ガチャリとドアが閉まる音が胸を抉るように響いた。テンション高く頑張ったが、今日もダメだったかとガクンと項垂れた。
やろうと決めてから、俺は毎日自分の名前を連呼しながら、あの手この手でしつこいくらいに殿下に話しかけた。
今のところ、一度も誘いには乗ってもらえず。まともに会話すらできない。
しかし収穫はあった。
殿下が俺のことを見てくれるようになった。
最初の頃の空気から比べるとやっと人間扱いしてもらえるようになったので大きな進歩だ。
「……殿下、明日は名前を呼んでくれるかな」
覚えてくれないなら、嫌でも目につくくらいにしてやろうと奮闘してきた。
生誕記念のパーティーはもう来週だ。
すでに宮殿では準備も始まっている。
本人は出るつもりがないとまだ言っていて、周囲は困惑しながら準備を進めていた。
ガシャン。
またあの音が鳴った。
こんな音、年に一度聞くか聞かないかなのに、ここに来たら毎日のように聞いていた。
物を投げる癖のある皇子のおかげで、お皿や花瓶がどうも少なくなったようにさえ感じる。
今日は花瓶かななんて思いながらノックをして部屋に入ったら、ルナリス殿下は床の上を這いつくばるようにしていた。
「えっ……!? でっ殿下、何をされているんですか?」
「……見て分からないのか? 服を引っ掛けて花瓶を落としてしまった。破片を拾っているんだ」
意味が分からない。
毎日、コントのように割り続けている男が、故意ではなく偶然やってしまったら、片付けようという気持ちになるものなのだろうか。
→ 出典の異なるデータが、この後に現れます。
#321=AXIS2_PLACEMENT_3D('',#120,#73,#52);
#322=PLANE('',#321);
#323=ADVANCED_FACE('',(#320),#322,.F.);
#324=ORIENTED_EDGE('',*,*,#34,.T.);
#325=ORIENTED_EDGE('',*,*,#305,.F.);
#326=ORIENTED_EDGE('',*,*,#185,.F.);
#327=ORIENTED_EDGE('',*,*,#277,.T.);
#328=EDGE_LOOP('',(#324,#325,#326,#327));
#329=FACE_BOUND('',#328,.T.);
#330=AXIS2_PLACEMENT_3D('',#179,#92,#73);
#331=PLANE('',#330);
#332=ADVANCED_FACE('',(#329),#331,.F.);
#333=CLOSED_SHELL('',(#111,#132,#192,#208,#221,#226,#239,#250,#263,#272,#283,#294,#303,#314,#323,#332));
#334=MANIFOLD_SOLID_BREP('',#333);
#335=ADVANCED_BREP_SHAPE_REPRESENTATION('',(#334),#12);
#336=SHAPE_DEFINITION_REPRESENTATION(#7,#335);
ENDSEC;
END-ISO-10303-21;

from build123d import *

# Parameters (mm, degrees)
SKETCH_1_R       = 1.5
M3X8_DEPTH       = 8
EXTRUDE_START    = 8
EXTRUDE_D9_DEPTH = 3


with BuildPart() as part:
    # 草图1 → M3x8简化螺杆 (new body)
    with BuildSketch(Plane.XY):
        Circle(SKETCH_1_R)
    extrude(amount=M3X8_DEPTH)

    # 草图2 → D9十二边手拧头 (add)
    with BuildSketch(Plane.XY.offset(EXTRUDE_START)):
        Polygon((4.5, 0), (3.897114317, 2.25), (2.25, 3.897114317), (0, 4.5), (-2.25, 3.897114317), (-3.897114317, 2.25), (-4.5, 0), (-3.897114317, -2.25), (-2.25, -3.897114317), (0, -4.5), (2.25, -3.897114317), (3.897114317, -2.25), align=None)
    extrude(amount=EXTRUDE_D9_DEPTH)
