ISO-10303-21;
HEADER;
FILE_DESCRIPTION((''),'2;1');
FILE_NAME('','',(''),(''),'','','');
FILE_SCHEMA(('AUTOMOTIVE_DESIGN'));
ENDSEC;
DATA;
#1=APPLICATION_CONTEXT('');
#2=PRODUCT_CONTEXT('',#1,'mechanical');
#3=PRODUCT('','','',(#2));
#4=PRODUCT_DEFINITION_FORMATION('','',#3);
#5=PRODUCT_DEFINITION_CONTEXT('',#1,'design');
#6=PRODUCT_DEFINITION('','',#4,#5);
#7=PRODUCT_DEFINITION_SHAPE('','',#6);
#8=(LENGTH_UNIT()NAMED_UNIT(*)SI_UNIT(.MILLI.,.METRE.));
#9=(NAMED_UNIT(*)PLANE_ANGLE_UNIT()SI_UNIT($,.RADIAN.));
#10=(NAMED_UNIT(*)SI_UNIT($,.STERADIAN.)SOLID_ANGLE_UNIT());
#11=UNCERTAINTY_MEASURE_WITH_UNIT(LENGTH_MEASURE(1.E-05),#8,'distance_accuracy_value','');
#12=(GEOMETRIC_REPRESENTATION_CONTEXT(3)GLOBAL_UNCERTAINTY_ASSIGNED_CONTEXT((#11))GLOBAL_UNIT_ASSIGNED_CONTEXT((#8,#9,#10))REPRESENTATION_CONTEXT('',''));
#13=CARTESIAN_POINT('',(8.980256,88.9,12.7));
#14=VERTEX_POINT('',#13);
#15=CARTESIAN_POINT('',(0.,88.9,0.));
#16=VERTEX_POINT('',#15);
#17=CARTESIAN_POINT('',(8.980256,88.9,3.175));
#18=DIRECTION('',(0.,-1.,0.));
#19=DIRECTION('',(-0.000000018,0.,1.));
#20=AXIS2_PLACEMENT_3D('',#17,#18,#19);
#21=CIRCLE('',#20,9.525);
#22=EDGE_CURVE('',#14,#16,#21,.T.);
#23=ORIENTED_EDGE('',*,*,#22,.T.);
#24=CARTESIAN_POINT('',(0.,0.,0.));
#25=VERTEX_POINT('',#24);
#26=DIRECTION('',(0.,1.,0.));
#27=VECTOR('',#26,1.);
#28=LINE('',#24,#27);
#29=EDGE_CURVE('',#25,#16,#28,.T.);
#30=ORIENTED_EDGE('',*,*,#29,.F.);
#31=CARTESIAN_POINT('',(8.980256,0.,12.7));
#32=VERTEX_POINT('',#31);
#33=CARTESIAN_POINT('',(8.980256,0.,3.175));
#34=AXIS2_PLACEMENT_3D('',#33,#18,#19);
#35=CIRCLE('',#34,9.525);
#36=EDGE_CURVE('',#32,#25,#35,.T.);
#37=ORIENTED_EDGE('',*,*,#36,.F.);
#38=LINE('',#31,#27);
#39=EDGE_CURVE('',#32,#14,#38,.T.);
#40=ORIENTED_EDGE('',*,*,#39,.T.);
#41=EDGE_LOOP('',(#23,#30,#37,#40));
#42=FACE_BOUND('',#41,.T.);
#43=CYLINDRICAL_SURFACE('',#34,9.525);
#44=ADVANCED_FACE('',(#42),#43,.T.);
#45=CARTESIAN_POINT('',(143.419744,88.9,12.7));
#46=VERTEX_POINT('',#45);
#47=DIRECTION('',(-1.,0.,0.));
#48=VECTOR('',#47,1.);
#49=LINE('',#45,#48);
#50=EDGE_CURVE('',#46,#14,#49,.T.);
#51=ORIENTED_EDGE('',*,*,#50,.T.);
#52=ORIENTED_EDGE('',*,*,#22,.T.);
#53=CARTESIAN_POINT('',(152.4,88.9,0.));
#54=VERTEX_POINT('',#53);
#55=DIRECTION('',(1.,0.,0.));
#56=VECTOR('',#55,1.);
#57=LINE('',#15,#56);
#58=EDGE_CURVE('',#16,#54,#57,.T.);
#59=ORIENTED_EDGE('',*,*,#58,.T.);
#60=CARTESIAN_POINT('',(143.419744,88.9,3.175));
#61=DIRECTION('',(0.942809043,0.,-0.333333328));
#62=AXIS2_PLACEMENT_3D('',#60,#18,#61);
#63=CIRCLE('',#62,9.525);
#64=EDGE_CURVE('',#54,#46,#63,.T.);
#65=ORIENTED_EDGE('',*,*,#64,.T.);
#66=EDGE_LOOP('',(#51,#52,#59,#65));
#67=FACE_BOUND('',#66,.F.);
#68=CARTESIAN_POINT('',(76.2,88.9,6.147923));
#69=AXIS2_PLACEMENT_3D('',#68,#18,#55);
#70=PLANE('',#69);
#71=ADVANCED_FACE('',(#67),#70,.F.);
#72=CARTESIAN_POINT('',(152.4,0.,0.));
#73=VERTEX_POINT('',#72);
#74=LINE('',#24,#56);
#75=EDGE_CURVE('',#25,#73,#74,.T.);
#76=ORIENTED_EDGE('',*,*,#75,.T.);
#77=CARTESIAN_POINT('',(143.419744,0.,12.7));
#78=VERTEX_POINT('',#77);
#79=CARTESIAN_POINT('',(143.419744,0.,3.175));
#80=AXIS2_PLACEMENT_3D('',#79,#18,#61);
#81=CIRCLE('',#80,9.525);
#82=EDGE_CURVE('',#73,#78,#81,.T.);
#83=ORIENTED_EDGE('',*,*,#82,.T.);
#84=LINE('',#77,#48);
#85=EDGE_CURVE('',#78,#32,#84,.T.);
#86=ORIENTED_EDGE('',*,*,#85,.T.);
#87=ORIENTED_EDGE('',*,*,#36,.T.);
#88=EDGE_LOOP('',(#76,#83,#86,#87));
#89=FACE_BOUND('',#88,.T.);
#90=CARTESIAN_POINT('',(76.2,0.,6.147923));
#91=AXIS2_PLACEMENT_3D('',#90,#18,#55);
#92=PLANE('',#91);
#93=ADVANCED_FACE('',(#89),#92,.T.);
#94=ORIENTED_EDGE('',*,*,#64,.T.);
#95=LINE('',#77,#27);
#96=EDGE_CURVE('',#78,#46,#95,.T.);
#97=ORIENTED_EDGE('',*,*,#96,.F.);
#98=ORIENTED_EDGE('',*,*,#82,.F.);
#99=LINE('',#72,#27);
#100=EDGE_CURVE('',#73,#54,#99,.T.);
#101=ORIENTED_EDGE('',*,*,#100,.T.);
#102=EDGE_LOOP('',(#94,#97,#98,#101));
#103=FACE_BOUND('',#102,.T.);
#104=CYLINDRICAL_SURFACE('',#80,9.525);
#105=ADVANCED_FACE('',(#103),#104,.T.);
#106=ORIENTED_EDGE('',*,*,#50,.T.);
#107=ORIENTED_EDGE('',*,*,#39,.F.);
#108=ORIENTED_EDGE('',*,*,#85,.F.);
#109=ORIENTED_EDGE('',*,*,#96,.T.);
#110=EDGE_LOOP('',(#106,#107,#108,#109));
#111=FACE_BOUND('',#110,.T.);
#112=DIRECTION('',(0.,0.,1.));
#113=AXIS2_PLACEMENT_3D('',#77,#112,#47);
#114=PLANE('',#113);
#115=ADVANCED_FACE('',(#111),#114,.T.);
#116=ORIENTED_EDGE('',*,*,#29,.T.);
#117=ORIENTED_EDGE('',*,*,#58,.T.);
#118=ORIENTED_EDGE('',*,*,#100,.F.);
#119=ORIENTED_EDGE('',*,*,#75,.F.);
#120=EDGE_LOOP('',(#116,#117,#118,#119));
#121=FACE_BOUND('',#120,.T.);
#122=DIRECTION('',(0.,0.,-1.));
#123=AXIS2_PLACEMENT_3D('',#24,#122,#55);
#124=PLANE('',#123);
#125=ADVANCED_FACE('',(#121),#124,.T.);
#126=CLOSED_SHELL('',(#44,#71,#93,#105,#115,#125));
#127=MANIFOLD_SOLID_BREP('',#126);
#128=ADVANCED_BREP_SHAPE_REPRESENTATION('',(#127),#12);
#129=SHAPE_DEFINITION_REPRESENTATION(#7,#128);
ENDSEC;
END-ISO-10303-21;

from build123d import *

# Parameters (mm, degrees)
F1_DEPTH = 88.9


with BuildPart() as f1:
    # F0 (on Front) → F1 (new body)
    with BuildSketch(Plane.XZ):
        with BuildLine():
            ThreePointArc((8.980256, 12.7), (1.203126, 8.674261), (0, 0))
            Line((0, 0), (152.4, 0))
            ThreePointArc((152.4, 0), (151.196874, 8.674261), (143.419744, 12.7))
            Line((143.419744, 12.7), (8.980256, 12.7))
        make_face()
    extrude(amount=-F1_DEPTH)


solid = f1.part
「危ないですっ、俺に任せてください。いつもはこんなことされないのに……」
「この前……お前が皿の話をしていただろう。またされたらうるさいから……片付けようとしただけだ」
気まずそうに目を逸らしながら、殿下はもごもごと喋ってきた。
はて、この前……、と考えて思い浮かんだのは、綺麗な花の描かれたお皿の話だった。
(見てください殿下。殿下が投げたお皿の破片に描かれた花、とても綺麗ですね)
(…………)
(これを描いた人はきっと使う人に喜んでもらいたいって気持ちを込めたんですよ。だから割れてもこんなに綺麗に見えるんですね)
(………だからなんだ?)
(せっかくこんなに綺麗なんですから、ちゃんと丸い形のままの状態だったら、もっと綺麗でしたよね。それが……この状態になったらもう見ることはできない。俺は…何だか悲しい気持ちになります)
(……………)
そういえばそんな話をしたなと思い出した。
あの後殿下はいつもと変わらず俺をうるさいと追いだしたので、まさか覚えていたのだなんて思わなかった。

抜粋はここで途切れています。